* [What the task requires]:
Scan the data for "shape" and copy the lines it appears in.

(Items from a data source)
----
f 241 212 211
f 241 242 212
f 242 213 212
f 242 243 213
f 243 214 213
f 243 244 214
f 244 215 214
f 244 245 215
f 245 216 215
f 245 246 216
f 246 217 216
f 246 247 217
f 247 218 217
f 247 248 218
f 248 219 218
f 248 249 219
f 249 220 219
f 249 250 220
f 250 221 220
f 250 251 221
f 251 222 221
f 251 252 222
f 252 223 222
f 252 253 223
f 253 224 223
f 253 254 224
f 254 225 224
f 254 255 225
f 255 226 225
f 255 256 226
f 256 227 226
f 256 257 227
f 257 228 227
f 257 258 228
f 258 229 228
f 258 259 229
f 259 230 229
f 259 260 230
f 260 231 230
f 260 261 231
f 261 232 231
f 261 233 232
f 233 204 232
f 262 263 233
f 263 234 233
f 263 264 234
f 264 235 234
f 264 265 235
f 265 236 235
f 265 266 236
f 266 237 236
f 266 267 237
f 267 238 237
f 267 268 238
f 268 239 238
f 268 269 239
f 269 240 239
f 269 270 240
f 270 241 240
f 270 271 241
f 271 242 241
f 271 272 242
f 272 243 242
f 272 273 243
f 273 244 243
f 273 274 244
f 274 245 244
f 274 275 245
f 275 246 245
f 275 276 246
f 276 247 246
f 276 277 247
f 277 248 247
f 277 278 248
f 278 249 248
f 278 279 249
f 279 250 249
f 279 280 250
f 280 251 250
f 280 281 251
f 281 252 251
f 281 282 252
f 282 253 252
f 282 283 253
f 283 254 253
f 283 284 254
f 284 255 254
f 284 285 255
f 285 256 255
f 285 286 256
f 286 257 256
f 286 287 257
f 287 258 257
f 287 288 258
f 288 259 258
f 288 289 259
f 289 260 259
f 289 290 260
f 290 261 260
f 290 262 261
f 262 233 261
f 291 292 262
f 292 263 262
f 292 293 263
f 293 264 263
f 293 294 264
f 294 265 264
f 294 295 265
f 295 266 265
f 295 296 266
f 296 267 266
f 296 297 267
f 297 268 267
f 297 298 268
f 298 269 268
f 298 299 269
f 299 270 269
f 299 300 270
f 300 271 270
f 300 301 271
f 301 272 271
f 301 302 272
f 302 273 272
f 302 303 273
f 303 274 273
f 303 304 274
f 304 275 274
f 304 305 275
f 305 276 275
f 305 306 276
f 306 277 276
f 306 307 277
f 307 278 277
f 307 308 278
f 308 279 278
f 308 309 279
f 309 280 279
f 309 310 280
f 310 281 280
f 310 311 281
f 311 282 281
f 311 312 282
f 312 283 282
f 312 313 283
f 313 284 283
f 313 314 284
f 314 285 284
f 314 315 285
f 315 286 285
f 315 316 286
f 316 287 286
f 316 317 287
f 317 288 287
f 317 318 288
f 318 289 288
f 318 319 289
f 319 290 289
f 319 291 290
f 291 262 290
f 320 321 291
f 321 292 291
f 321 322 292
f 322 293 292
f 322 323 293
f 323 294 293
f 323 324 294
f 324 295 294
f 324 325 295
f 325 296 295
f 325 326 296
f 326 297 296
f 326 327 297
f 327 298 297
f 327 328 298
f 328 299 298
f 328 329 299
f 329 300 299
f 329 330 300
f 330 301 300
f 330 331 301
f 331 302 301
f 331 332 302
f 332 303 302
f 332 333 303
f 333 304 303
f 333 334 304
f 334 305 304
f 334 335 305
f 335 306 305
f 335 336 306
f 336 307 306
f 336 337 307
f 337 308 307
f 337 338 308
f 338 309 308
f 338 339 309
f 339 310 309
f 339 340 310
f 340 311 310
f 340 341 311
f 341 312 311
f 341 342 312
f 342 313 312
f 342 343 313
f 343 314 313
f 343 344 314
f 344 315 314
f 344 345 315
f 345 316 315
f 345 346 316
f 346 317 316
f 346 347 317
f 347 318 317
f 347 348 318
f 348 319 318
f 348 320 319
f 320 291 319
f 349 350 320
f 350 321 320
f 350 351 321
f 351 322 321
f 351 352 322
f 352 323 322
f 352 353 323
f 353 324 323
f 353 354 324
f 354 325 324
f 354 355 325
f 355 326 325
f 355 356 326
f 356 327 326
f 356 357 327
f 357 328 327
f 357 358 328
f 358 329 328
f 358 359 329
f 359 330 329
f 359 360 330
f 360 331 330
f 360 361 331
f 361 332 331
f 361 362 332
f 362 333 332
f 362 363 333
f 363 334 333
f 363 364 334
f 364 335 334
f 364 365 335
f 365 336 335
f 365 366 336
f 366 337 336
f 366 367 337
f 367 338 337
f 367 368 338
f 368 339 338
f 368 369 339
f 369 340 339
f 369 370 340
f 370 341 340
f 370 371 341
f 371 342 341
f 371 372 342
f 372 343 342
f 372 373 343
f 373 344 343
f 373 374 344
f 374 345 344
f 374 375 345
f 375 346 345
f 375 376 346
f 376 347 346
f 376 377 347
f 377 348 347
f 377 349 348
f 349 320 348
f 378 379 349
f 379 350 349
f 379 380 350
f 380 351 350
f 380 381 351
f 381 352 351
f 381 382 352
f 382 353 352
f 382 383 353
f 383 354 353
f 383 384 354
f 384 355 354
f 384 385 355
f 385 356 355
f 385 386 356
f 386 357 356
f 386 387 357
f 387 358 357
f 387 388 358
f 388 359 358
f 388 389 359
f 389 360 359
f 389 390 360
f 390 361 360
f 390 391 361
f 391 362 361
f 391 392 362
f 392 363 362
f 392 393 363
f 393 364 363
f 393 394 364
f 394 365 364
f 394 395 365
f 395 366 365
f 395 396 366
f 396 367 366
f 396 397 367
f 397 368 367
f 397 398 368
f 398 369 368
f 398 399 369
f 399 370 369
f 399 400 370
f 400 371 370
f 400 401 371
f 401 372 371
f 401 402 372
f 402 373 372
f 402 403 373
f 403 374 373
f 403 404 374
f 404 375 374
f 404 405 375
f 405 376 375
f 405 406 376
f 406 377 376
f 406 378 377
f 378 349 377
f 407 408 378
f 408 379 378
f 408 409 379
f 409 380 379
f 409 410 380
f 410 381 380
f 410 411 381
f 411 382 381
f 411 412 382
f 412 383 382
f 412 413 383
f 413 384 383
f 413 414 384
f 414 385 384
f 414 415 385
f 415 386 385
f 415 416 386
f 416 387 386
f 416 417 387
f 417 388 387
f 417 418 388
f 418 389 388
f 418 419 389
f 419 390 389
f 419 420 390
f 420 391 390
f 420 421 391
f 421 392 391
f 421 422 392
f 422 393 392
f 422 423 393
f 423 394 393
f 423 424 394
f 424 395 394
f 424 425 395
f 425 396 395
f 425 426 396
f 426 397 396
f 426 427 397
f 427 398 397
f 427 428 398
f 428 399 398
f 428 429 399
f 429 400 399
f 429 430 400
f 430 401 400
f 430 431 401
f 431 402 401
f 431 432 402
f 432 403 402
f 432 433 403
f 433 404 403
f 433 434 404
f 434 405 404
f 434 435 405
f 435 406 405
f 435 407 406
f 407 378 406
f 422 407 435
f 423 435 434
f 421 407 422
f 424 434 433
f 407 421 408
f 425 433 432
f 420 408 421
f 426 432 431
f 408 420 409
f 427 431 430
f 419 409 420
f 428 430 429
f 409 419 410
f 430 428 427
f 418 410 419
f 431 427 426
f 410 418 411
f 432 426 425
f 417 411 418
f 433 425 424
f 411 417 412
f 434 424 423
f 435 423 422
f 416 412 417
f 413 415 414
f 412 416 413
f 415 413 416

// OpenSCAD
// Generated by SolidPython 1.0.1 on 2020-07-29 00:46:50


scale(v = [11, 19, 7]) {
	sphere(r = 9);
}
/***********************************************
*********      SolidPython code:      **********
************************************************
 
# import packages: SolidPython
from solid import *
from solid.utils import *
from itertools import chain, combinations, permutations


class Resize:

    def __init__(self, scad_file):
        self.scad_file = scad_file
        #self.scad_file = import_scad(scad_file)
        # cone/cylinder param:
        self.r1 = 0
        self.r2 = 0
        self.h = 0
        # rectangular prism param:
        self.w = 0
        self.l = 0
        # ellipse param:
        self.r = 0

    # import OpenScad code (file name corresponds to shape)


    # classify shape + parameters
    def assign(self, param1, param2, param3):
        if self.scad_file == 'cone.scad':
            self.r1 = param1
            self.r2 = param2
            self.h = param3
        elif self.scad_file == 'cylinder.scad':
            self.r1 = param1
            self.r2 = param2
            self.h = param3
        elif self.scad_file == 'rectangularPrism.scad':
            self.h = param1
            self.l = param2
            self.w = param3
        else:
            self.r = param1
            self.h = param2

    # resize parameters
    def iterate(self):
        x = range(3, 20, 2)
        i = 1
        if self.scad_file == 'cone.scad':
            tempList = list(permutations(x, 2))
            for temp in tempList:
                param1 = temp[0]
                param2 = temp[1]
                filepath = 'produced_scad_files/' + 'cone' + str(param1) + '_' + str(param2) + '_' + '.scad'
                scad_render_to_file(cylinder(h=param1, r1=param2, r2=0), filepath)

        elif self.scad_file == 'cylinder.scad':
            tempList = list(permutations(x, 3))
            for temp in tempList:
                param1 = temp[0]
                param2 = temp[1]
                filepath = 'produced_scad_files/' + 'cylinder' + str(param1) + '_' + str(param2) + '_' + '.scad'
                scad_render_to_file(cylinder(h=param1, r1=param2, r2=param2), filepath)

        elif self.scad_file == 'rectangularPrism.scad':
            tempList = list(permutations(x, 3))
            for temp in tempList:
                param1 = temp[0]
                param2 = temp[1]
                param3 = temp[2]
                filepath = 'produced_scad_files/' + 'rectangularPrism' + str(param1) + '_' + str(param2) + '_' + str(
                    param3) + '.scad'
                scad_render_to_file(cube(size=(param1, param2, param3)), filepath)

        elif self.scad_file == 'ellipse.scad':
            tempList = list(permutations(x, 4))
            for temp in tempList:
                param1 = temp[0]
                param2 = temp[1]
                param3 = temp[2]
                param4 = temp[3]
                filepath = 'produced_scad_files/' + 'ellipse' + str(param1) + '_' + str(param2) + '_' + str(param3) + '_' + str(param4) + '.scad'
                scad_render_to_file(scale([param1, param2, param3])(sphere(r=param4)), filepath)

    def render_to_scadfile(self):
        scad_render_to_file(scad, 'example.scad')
----
* [Answer to this task]:
    # import OpenScad code (file name corresponds to shape)
    # classify shape + parameters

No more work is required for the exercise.